Let us take them on their own terms. What do they tell us about these years and the people who move across the screen? The central figures, man and wife, who are happily married ten years at the opening of the picture, obviously belong to the upper class. They live in a big house, have servants, and move in elite circles. The source of their income is not even indicated. A sordid detail in a story of love that endures through the ages!

The war against the Boers separates them for a time. In the elaborate scenes of the fervor that overtakes every patriotic British citizen the producers who are, no doubt, opposed to propaganda in the movies have an opportunity to tell us the truth about the brutal course that empire treads. Do they? Not a bit. The war is only an incident in the love life of four people.

Do men die in the brush? Are Boers murdered to establish Britannia’s might? These are unimportant details, are not mentioned in polite society. But our hero comes back at the head of his troop, safe and sound, very much in love with his wife, and is knighted.

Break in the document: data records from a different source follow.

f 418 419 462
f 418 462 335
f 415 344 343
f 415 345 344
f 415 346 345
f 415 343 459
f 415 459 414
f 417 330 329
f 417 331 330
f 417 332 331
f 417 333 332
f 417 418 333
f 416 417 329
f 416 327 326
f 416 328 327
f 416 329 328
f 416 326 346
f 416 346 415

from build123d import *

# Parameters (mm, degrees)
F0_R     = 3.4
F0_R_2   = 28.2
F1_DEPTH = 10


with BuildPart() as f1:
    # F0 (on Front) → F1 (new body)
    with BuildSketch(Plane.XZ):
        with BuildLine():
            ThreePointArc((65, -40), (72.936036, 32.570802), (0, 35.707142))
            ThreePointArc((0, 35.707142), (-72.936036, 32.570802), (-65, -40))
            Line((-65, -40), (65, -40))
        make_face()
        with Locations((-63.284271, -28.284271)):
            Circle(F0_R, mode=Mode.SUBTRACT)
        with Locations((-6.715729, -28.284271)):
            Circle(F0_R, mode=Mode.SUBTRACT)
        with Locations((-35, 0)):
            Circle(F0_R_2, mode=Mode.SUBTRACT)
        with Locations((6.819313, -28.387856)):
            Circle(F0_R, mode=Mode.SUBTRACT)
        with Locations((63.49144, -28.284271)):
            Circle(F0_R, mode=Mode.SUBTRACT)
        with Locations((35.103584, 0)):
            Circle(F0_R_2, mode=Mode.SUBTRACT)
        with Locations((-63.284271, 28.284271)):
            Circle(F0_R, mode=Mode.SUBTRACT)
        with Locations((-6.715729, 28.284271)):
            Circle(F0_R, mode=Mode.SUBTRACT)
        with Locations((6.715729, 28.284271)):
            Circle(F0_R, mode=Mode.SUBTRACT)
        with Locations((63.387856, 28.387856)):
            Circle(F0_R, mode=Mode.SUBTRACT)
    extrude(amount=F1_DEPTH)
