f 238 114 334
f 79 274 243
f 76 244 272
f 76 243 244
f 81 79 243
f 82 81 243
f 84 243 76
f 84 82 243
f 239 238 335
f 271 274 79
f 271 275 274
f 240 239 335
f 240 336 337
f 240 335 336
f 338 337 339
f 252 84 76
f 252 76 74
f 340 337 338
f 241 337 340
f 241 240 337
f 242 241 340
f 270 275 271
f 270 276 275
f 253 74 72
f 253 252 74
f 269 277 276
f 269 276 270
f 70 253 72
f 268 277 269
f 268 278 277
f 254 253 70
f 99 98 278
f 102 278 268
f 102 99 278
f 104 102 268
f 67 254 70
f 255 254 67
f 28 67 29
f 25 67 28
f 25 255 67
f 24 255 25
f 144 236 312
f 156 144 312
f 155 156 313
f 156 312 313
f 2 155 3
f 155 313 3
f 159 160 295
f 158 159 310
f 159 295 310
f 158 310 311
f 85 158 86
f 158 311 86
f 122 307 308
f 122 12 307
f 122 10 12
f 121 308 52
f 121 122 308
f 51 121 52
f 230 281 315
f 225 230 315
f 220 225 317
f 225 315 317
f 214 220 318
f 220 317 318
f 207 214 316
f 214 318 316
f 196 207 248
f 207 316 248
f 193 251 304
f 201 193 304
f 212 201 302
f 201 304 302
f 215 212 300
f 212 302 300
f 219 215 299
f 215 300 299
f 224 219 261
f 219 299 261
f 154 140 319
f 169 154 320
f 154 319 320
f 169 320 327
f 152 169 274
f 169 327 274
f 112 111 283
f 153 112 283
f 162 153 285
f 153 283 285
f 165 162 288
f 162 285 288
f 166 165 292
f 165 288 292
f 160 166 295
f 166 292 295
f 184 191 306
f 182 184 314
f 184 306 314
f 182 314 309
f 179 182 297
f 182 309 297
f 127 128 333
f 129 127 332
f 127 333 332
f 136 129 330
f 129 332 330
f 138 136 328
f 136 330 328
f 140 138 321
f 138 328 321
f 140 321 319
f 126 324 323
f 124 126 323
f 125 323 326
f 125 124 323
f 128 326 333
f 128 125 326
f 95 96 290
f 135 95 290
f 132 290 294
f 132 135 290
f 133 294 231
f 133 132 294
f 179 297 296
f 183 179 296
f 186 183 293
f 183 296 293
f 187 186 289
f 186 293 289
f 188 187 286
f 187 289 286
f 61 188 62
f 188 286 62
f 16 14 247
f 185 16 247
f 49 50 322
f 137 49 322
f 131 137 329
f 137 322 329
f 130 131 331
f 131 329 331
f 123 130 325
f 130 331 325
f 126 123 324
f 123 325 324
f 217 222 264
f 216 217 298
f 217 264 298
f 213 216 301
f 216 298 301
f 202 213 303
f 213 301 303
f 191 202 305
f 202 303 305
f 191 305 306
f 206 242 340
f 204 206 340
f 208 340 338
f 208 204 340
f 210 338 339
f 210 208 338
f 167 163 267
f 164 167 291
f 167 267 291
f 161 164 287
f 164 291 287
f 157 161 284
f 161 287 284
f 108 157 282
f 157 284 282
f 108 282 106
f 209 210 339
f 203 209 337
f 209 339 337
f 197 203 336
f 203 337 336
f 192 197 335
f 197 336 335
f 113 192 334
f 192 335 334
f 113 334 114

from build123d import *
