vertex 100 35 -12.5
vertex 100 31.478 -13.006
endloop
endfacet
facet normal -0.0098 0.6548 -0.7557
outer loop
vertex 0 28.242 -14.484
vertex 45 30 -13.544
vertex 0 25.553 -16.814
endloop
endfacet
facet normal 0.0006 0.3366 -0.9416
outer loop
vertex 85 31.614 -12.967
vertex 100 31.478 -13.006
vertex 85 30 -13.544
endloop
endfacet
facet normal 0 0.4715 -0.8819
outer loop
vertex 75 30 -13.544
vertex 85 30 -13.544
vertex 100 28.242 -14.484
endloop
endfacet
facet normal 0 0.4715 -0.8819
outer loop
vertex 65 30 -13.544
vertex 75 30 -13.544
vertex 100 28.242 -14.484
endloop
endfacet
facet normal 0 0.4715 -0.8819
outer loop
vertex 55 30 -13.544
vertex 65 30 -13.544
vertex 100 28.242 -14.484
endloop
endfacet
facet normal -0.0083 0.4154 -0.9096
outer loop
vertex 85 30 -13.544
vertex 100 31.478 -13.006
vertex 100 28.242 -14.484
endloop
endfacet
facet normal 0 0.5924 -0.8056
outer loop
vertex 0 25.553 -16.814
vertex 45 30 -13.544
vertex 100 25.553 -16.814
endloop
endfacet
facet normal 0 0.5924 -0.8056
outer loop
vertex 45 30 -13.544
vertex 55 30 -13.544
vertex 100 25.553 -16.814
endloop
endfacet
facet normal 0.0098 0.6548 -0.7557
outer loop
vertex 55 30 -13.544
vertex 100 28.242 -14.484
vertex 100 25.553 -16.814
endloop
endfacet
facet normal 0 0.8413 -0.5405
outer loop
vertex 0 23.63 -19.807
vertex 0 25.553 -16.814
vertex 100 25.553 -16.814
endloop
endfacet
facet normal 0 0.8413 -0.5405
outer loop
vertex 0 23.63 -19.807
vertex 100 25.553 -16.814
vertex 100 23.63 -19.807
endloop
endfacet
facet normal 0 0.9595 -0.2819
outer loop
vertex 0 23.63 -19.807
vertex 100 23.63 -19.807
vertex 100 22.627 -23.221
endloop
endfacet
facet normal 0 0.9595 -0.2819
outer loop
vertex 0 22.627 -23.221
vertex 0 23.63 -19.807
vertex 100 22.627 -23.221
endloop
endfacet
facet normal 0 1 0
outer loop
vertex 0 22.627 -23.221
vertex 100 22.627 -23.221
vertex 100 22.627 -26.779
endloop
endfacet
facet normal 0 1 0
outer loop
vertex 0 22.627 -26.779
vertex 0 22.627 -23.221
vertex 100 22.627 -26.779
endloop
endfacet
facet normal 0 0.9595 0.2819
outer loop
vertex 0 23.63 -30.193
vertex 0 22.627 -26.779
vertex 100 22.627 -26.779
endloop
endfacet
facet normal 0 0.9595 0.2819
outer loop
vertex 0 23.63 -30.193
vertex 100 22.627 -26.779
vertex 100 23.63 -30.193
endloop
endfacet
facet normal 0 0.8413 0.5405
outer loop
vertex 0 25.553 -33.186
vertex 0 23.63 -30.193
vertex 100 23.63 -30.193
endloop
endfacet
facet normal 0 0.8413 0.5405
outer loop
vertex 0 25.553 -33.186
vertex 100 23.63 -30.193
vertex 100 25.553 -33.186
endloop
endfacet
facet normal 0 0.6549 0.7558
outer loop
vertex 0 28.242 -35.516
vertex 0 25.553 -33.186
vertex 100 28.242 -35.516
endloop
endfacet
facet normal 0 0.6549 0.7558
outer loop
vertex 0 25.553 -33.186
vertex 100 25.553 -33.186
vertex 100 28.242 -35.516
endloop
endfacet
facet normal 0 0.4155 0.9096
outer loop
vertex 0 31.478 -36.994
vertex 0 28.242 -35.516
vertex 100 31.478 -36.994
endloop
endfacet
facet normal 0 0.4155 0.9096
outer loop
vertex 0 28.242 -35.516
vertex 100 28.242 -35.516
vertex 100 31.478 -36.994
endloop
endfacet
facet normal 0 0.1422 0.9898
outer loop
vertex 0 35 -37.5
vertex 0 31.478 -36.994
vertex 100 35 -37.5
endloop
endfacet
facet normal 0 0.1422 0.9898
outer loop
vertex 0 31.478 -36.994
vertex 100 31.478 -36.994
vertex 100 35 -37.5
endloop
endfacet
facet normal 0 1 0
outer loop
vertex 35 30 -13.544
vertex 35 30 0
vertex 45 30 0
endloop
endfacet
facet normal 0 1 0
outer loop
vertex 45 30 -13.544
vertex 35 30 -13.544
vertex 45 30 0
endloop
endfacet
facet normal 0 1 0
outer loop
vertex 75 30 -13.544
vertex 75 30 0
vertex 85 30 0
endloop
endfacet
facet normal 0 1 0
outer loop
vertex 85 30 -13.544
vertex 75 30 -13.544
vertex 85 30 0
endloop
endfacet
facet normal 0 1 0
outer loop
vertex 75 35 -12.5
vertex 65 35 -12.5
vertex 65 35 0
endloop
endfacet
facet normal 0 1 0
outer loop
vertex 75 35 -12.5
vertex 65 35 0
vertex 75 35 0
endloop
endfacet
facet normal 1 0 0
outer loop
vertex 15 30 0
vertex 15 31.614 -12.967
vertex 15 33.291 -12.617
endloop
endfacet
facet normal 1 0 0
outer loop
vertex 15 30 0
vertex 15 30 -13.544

The queen dies and everybody dresses in black. This signalizes the close of the Victorian era. The world moves on. The butler and his wife, the maid, leave to open a pub. The children grow up. The butler turns out to be a drunkard who dies in a street accident.

The elder son goes down with his bride on the Titanic on their honeymoon. The World War comes. Father and son do their duty. The latter falls in love with the daughter of the dead butler. She is now a famous musical comedy dancer.

The girl’s mother goes round to see the boy’s mother about the affair. Servant confronts mistress. The mistress is still the same courteous, kindly, sweet woman she has always been toward her servants. But the former maid; she dresses ridiculously and put on airs. Her pretensions of equality are so much vulgarity. Oh, the lower orders! Unworthy wretches, drunkards, ungrateful, offensive. They don’t know that quality is inborn.

It is armistice day. The painful interview between mistress and former servant is terminated by a telegram announcing the death of the boy. The girl becomes a night club blues singer. Her mother disappears from the chronicle.

Come crises, revolutions. The world moves at a faster tempo. It is restless, nervous – the twentieth century is full blast. But the old house – it is still the same. Nothing changes here; not custom, not the very furniture (only the curtains are changed one week before the close), and certainly not the people in it. At the end as in the beginning they have each other; they are still in love; that counts more than all else in the world.

Is there a moral to this story? You bet. Old virtues are the best. Just how to the line of bourgeois morality and the world will muddle through somehow. It is not your business to remake the world. Just look at the butler; he was not satisfied with his station in life and kindly treatment. He tried to remake his world and he came to an untimely end. Do your duty; be content with your lot; love your wife! It is written – by Noel Coward and Fox.